THE PROBLEM
Begin at the first line below and copy each line exactly, ending with the line where "face PLANE(AX(P(6.9,160,-9.510428),D(-1,0,0),D(0,0,1))) rev" appears.

[Opening SOURCE RECORDS section]

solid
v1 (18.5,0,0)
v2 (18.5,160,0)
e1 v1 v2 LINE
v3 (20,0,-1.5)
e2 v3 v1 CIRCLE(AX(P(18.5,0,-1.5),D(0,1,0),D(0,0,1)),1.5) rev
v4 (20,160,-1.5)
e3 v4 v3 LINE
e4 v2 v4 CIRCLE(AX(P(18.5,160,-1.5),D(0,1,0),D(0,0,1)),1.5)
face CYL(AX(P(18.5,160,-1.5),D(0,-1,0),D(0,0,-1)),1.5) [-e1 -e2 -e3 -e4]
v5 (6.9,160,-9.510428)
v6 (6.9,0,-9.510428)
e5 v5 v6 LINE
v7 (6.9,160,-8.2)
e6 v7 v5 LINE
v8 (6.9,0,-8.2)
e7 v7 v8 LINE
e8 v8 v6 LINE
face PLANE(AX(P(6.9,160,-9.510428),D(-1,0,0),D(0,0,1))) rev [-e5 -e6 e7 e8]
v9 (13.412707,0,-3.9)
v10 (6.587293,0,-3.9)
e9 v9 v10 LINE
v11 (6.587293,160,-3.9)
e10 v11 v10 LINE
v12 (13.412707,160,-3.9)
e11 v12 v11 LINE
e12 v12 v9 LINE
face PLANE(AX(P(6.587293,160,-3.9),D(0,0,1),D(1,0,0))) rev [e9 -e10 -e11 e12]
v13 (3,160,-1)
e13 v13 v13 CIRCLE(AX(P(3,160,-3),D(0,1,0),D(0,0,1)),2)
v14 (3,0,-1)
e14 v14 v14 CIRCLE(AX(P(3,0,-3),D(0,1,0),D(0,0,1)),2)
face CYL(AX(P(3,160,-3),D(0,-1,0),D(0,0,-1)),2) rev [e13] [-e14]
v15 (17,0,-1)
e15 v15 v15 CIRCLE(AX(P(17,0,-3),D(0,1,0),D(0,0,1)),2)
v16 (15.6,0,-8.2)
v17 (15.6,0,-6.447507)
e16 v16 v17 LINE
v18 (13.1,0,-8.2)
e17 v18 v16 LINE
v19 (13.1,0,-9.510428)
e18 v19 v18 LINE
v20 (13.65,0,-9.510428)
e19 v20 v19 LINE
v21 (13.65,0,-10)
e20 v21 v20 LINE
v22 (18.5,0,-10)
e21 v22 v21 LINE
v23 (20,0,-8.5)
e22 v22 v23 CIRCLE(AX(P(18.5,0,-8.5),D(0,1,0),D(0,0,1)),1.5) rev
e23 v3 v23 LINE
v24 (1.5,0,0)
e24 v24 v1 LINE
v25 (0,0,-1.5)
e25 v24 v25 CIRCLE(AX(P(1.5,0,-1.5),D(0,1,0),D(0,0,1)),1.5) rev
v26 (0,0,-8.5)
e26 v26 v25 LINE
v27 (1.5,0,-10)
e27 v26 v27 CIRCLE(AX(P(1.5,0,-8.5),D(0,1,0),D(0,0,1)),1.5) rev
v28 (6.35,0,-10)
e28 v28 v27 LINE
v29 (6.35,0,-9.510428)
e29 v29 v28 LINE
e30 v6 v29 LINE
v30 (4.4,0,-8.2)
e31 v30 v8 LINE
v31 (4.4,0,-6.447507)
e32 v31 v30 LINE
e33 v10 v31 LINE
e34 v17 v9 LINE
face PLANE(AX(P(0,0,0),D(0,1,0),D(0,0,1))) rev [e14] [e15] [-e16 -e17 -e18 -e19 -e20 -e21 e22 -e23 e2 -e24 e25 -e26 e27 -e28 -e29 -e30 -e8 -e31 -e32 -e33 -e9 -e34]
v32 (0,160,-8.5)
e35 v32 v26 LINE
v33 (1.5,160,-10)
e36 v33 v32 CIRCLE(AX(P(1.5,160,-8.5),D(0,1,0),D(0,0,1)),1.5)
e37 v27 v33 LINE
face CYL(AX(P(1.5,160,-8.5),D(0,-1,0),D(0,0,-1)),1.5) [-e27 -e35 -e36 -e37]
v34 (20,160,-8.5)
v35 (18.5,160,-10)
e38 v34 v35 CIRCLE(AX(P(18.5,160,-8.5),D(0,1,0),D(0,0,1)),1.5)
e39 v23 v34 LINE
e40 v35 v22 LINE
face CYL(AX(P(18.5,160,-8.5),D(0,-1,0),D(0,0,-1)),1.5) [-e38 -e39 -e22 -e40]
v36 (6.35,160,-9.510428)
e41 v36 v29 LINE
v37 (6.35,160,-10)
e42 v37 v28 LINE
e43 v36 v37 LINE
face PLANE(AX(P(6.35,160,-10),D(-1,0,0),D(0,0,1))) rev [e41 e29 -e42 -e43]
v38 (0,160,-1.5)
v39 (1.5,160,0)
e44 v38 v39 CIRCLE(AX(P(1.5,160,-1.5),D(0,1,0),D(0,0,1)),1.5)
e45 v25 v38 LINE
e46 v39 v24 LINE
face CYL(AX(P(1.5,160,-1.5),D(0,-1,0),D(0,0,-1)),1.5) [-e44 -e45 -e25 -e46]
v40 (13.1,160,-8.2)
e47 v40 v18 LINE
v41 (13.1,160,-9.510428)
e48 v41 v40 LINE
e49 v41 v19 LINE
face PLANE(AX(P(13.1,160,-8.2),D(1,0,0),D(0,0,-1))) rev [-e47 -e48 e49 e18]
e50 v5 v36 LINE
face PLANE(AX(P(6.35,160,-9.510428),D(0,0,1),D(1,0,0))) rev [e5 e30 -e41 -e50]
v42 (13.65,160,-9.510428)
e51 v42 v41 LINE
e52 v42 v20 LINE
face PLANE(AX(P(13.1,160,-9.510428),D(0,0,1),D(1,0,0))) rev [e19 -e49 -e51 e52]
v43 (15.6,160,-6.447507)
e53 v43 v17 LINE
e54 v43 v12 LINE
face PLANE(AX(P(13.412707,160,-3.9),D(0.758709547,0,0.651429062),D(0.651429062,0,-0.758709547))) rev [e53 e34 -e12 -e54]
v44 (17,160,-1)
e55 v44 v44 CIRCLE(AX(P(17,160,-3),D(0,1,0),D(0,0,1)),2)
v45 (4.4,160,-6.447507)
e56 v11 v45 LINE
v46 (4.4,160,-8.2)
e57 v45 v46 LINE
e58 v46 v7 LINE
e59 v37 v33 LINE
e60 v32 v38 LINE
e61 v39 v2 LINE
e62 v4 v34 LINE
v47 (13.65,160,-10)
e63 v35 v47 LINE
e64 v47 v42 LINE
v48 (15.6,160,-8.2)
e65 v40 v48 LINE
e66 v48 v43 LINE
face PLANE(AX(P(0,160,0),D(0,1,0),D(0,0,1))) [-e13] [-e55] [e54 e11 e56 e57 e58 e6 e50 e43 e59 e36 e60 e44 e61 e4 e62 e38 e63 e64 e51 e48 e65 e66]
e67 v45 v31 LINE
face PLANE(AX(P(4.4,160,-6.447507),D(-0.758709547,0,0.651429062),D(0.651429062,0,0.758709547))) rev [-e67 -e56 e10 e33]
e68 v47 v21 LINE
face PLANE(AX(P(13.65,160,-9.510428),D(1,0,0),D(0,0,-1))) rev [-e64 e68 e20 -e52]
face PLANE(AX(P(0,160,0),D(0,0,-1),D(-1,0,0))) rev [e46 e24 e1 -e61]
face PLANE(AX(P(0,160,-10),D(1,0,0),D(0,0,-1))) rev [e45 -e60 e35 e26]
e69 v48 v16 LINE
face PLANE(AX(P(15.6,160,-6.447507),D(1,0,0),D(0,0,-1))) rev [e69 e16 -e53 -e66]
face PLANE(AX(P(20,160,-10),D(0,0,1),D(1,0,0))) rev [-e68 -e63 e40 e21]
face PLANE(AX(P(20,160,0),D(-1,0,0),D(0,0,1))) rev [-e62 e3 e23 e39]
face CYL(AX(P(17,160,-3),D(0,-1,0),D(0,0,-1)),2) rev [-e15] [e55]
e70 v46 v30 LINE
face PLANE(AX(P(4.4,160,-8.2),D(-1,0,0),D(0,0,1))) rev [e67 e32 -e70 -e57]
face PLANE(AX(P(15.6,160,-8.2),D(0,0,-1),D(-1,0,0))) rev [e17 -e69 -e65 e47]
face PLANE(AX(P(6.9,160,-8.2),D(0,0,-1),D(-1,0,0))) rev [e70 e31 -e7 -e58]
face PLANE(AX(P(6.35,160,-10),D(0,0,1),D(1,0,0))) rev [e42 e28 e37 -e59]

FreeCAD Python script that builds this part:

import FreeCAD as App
import Part
import Sketcher
from FreeCAD import Vector


def edges_at(feature, points):
    """Names of the edges that pass closest to the given points."""
    edges = feature.Shape.Edges
    near = lambda p: min(range(len(edges)), key=lambda i: edges[i].distToShape(Part.Vertex(*p))[0])
    return sorted({f"Edge{near(p) + 1}" for p in points})


def add_polygon(sketch, points):
    """Adds a closed chain of lines whose ends are joined by coincident constraints."""
    first, n = sketch.GeometryCount, len(points)
    for a, b in zip(points, points[1:] + points[:1]):
        sketch.addGeometry(Part.LineSegment(App.Vector(*a, 0), App.Vector(*b, 0)), False)
    for i in range(n):
        sketch.addConstraint(Sketcher.Constraint("Coincident", first + i, 2, first + (i + 1) % n, 1))

doc = App.newDocument("Part")
body = doc.addObject("PartDesign::Body", "Body")

# Sketch on XZ plane
sketch1 = body.newObject("Sketcher::SketchObject", "Sketch")
sketch1.AttachmentSupport = (doc.getObject("XZ_Plane"), [""])
sketch1.MapMode = "FlatFace"
add_polygon(sketch1, [(0, 0), (20, 0), (20, -10), (13.65, -10), (13.65, -9.51), (13.1, -9.51), (13.1, -8.2), (15.6, -8.2), (15.6, -6.45), (13.41, -3.9), (6.59, -3.9), (4.4, -6.45), (4.4, -8.2), (6.9, -8.2), (6.9, -9.51), (6.35, -9.51), (6.35, -10), (0, -10)])  # lines 0-17
sketch1.addGeometry(Part.Circle(Vector(3, -3, 0), Vector(0, 0, 1), 2), False)  # 18
sketch1.addGeometry(Part.Circle(Vector(17, -3, 0), Vector(0, 0, 1), 2), False)  # 19
sketch1.addConstraint([
    Sketcher.Constraint("Horizontal", 0),
    Sketcher.Constraint("Vertical", 1),
    Sketcher.Constraint("Horizontal", 2),
    Sketcher.Constraint("Vertical", 3),
    Sketcher.Constraint("Horizontal", 4),
    Sketcher.Constraint("Vertical", 5),
    Sketcher.Constraint("Horizontal", 6),
    Sketcher.Constraint("Vertical", 7),
    Sketcher.Constraint("Horizontal", 9),
    Sketcher.Constraint("Vertical", 11),
    Sketcher.Constraint("Horizontal", 12),
    Sketcher.Constraint("Vertical", 13),
    Sketcher.Constraint("Horizontal", 14),
    Sketcher.Constraint("Vertical", 15),
    Sketcher.Constraint("Horizontal", 16),
    Sketcher.Constraint("Vertical", 17),
    Sketcher.Constraint("Coincident", 17, 2, -1, 1),
    Sketcher.Constraint("Equal", 18, 19),
    Sketcher.Constraint("Horizontal", 18, 3, 19, 3),
    Sketcher.Constraint("Horizontal", 7, 2, 10, 2),
    Sketcher.Constraint("Horizontal", 6, 2, 11, 2),
    Sketcher.Constraint("Horizontal", 4, 2, 13, 2),
    Sketcher.Constraint("Horizontal", 2, 2, 15, 2),
    Sketcher.Constraint("Equal", 6, 12),
    Sketcher.Constraint("Equal", 4, 14),
    Sketcher.Constraint("Equal", 2, 16),
    Sketcher.Constraint("Equal", 8, 10),
    Sketcher.Constraint("Diameter", 18, 4.0),
    Sketcher.Constraint("DistanceX", 0, 1, 0, 2, 20.0),
    Sketcher.Constraint("DistanceY", 1, 2, 1, 1, 10.0),
    Sketcher.Constraint("DistanceX", 6, 1, 6, 2, 2.5),
    Sketcher.Constraint("DistanceX", -1, 1, 18, 3, 3.0),
    Sketcher.Constraint("DistanceY", 18, 3, -1, 1, 3.0),
    Sketcher.Constraint("DistanceX", -1, 1, 19, 3, 17.0),
    Sketcher.Constraint("DistanceX", 2, 2, 2, 1, 6.35),
    Sketcher.Constraint("DistanceX", 4, 2, 4, 1, 0.55),
    Sketcher.Constraint("DistanceY", 5, 2, -1, 1, 8.2),
    Sketcher.Constraint("DistanceY", 8, 2, -1, 1, 3.9),
    Sketcher.Constraint("DistanceX", 9, 2, 9, 1, 6.825414),
    Sketcher.Constraint("DistanceY", 3, 1, 3, 2, 0.489572),
    Sketcher.Constraint("DistanceY", 7, 1, 7, 2, 1.752493),
])
pad1 = body.newObject("PartDesign::Pad", "Pad")
pad1.Profile = sketch1
pad1.Length = 160
pad1.Reversed = True
doc.recompute()

fillet = body.newObject("PartDesign::Fillet", "Fillet")
fillet.Base = (pad1, edges_at(pad1, [
    (0, 80, -10),
    (20, 80, -10),
    (20, 80, 0),
    (0, 80, 0),
]))
fillet.Radius = 1.5

doc.recompute()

[Closing SOURCE RECORDS section]

YOUR SOLUTION
solid
v1 (18.5,0,0)
v2 (18.5,160,0)
e1 v1 v2 LINE
v3 (20,0,-1.5)
e2 v3 v1 CIRCLE(AX(P(18.5,0,-1.5),D(0,1,0),D(0,0,1)),1.5) rev
v4 (20,160,-1.5)
e3 v4 v3 LINE
e4 v2 v4 CIRCLE(AX(P(18.5,160,-1.5),D(0,1,0),D(0,0,1)),1.5)
face CYL(AX(P(18.5,160,-1.5),D(0,-1,0),D(0,0,-1)),1.5) [-e1 -e2 -e3 -e4]
v5 (6.9,160,-9.510428)
v6 (6.9,0,-9.510428)
e5 v5 v6 LINE
v7 (6.9,160,-8.2)
e6 v7 v5 LINE
v8 (6.9,0,-8.2)
e7 v7 v8 LINE
e8 v8 v6 LINE
face PLANE(AX(P(6.9,160,-9.510428),D(-1,0,0),D(0,0,1))) rev [-e5 -e6 e7 e8]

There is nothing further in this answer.